Maître en droit – droit des affaires
Les récentes variations à la hausse du roi des cryptomonnaies, bitcoin, dont la valeur boursière a atteint au moins 57 000,00 USD en date du 21 mars 2021[1] traduisent ce que le patron de Microsoft, Bill Gates, qualifie de tour de force technologique[2]. Ce nouvel usage numérique continue de remettre en question le système monétaire et financier traditionnel tant au niveau national qu’international. D’ailleurs, il a été créé, à la suite de la crise financière de 2008[3], dans l’objectif de rompre le lien de confiance avec les institutions d’état qui jouent le rôle d’autorité centrale de contrôle des transactions financières[4].
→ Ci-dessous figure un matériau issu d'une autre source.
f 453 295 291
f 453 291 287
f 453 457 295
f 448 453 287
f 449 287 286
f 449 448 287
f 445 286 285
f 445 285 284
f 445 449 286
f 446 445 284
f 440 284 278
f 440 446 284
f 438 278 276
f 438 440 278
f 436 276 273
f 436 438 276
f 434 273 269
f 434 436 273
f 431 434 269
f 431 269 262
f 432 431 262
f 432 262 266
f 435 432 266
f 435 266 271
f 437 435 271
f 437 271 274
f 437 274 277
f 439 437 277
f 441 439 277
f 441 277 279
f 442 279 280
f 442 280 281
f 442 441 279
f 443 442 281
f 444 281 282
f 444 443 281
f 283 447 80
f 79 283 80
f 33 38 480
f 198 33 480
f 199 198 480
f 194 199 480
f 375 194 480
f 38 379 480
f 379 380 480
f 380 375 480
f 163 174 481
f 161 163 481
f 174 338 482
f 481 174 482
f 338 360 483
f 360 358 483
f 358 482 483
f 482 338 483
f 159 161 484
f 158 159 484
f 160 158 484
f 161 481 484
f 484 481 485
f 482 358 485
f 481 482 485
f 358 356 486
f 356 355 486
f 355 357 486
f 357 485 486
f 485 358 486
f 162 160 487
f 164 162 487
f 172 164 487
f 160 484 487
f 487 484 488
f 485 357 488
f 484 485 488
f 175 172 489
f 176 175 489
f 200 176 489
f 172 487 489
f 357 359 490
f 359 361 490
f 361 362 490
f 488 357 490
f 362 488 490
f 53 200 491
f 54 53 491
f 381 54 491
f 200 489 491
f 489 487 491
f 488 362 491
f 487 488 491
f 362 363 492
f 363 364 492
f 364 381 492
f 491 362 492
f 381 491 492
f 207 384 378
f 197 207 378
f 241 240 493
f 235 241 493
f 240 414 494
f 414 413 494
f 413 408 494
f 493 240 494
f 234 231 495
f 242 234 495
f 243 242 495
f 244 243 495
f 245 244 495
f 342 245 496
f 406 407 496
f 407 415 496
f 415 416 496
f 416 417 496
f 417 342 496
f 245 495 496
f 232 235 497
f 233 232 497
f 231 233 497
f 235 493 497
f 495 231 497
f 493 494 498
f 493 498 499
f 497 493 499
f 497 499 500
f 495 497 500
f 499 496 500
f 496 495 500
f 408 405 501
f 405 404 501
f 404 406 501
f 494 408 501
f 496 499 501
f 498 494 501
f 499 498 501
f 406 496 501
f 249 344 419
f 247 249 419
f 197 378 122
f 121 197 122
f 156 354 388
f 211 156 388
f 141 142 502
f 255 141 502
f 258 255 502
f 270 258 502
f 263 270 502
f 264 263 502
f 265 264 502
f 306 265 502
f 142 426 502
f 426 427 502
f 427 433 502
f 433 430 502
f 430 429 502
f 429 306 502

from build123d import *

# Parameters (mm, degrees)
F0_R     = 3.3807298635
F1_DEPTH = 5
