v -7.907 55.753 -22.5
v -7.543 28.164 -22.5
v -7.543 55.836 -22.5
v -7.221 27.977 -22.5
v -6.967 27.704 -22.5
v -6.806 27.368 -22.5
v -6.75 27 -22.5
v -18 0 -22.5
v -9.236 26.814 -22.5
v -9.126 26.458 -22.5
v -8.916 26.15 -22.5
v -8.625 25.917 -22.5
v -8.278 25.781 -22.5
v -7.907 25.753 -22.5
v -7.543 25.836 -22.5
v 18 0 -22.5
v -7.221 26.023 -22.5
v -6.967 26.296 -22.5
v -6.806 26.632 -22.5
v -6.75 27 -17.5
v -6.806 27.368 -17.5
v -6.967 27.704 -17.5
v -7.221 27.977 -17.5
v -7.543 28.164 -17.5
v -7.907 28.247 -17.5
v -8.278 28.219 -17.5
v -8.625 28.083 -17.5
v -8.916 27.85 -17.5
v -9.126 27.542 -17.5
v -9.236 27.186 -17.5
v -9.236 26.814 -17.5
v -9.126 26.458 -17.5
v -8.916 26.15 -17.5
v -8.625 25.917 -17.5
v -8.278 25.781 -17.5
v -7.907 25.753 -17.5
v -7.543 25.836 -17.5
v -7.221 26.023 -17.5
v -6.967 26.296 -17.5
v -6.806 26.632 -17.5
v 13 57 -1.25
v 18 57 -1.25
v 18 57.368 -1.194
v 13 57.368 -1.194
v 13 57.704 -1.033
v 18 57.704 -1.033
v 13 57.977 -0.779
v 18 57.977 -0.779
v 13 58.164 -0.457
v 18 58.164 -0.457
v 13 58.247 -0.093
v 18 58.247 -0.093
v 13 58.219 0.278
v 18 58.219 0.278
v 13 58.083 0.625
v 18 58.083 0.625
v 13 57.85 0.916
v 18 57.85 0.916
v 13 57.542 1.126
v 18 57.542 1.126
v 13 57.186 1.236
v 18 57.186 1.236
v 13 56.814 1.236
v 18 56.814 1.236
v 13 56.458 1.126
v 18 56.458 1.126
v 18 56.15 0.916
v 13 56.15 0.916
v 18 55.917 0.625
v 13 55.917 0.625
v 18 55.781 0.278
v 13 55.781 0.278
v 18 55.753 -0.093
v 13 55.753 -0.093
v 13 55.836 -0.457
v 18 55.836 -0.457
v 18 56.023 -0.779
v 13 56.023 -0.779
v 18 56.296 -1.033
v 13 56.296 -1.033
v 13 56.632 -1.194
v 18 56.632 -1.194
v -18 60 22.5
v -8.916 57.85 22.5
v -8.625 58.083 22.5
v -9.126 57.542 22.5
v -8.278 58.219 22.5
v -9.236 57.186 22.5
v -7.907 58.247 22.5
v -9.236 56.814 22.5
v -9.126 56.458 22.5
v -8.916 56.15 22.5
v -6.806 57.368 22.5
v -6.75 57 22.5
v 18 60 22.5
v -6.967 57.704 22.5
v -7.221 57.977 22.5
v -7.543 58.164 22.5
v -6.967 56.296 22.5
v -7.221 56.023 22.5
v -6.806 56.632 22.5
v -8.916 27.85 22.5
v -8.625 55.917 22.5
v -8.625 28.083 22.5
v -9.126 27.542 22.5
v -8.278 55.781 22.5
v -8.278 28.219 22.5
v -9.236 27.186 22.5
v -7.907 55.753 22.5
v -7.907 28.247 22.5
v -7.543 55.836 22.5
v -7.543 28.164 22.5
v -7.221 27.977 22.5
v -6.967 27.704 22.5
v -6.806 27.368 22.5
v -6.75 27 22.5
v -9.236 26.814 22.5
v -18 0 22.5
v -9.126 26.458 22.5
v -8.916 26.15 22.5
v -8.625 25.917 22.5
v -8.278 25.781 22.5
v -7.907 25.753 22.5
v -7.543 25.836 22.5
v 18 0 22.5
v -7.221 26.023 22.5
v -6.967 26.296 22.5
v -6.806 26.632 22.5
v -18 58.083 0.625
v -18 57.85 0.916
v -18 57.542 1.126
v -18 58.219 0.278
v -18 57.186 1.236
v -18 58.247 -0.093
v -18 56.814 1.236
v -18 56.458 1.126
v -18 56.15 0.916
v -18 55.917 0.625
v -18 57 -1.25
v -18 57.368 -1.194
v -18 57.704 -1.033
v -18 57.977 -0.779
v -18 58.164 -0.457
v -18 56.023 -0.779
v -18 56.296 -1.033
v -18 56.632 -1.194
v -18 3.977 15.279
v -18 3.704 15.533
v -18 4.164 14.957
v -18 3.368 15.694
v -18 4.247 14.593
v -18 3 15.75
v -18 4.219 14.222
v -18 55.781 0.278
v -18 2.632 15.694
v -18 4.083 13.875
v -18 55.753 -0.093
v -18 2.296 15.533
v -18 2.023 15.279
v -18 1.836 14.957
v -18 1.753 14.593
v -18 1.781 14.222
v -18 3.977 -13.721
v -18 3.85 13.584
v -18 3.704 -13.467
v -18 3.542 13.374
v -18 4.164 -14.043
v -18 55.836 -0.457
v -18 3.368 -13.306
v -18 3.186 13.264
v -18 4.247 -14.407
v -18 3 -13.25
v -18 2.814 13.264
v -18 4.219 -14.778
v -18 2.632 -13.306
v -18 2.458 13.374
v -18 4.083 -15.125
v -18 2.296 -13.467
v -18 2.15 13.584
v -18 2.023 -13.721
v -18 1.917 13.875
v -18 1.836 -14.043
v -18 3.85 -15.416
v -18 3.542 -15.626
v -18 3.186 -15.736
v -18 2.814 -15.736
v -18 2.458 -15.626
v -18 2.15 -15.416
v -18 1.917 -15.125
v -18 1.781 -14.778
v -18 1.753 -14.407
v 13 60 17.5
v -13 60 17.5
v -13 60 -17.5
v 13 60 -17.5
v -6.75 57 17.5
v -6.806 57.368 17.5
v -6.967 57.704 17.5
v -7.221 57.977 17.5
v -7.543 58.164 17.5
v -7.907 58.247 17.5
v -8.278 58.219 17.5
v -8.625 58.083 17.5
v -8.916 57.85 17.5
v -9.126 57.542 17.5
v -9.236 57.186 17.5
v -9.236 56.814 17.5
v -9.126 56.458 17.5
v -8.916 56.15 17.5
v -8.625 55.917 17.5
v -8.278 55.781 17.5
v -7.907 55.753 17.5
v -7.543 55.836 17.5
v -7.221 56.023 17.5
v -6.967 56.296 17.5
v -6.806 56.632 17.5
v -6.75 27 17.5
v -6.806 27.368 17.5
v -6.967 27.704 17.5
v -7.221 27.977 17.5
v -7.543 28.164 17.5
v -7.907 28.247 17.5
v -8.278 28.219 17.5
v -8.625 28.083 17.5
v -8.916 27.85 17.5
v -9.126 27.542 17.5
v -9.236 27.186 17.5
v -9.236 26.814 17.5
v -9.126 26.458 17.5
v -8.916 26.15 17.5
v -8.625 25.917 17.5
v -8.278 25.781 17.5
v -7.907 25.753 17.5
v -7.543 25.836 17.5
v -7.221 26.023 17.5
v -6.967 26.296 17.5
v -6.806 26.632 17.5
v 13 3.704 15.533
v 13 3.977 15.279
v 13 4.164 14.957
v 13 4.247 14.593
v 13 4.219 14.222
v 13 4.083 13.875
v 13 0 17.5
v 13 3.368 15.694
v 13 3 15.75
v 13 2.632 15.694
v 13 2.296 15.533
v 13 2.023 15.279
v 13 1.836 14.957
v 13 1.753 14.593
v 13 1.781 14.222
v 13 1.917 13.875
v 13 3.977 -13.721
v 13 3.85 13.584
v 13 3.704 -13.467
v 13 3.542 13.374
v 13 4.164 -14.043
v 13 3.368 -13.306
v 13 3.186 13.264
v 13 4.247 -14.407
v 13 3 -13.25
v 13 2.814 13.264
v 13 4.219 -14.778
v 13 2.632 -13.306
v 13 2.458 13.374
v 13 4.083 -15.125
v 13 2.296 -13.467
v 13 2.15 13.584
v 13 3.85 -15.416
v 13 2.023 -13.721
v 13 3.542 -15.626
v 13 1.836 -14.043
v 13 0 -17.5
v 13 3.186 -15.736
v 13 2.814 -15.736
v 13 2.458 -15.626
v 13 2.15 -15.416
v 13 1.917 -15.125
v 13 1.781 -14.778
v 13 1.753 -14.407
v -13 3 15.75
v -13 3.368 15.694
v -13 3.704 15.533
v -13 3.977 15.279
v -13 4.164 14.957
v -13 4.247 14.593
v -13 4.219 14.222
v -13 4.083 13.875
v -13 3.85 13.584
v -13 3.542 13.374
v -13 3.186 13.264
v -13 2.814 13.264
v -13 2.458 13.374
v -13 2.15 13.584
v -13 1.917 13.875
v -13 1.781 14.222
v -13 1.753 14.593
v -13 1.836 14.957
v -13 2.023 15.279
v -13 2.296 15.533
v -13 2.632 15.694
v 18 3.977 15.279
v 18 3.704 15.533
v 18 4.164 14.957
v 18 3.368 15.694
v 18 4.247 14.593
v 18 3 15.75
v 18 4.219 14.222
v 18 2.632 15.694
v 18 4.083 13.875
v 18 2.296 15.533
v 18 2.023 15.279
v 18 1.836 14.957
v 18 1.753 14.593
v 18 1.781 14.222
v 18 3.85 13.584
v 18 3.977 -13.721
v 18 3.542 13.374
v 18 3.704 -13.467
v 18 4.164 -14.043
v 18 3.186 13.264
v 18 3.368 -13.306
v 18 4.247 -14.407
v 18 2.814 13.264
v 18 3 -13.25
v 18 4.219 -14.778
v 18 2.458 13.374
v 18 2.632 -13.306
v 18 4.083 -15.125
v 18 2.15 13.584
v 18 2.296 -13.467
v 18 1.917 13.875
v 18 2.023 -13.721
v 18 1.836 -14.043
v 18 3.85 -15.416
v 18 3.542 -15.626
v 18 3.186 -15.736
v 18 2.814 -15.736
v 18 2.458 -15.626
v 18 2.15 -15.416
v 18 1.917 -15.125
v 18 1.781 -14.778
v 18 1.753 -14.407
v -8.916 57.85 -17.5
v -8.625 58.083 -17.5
Aujourd’hui, il ne fait aucun doute que les nouveaux usages du numérique rendent les transactions commerciales de plus en plus virtuelles. D’autant plus que pour leurs adeptes, les cryptomonnaies sont considérées comme l’avenir de la monnaie[5]. D’autres prétextant le contraire en considérant qu’elles représentent un danger pour la société[6]. Sur ces entrefaites, ce billet a pour objectif de traiter sommairement de la notion de cryptomonnaie et ses caractéristiques.
Quid des cryptomonnaies ?
Le lauréat du Prix Nobel d’économie de 1976, Milton Friedman, lors d’une entrevue accordée en 1999, avait prédit qu’internet serait à l’origine d’une révolution qui permettra de transférer des fonds de A à B sans que A connaisse B ou que B connaisse A[7]. Nul doute que les cryptomonnaies sont l’objet de cette prédiction étant donné qu’il s’agit d’une innovation technologique qui permet d’effectuer des paiements entre pairs de manière décentralisée sans passer par un intermédiaire financier traditionnel[8]. Cela dit, la cryptomonnaie est définie comme « une monnaie virtuelle utilisée pour des échanges de biens ou de services, de pair à pair, généralement de manière indépendante du système bancaire ou de toute politique monétaire, et dont l’émission et les transactions reposent sur la technologie des chaînes de blocs »[9]. Ces dernières, communément appelées Blockchain, sont la technologie derrière cette monnaie cryptographique. Elles se définissent comme « une technologie de stockage numérique et de transmission à coût minime, décentralisée et totalement sécurisée »[10] ou encore comme un grand livre comptable qui retrace toutes les transactions financières d’une institution depuis sa constitution. Pour sa part, le Bitcoin est un système de transaction électronique qui fonctionne sur le principe de cette technologie de stockage[11]. Bien entendu, le Bitcoin avec le « B » majuscule désigne la structure technologique qui permet les transactions, alors que le bitcoin avec le « b » minuscule concerne l’unité qui a une valeur monétaire. Bien que ces deux technologies prêtent souvent à confusion, il faut retenir que le Bitcoin repose sur une valeur monétaire, tandis que la chaîne de blocs, qui offre des possibilités plus larges, lui sert de base de données pour le stockage et le transfert des valeurs en toute sécurité[12].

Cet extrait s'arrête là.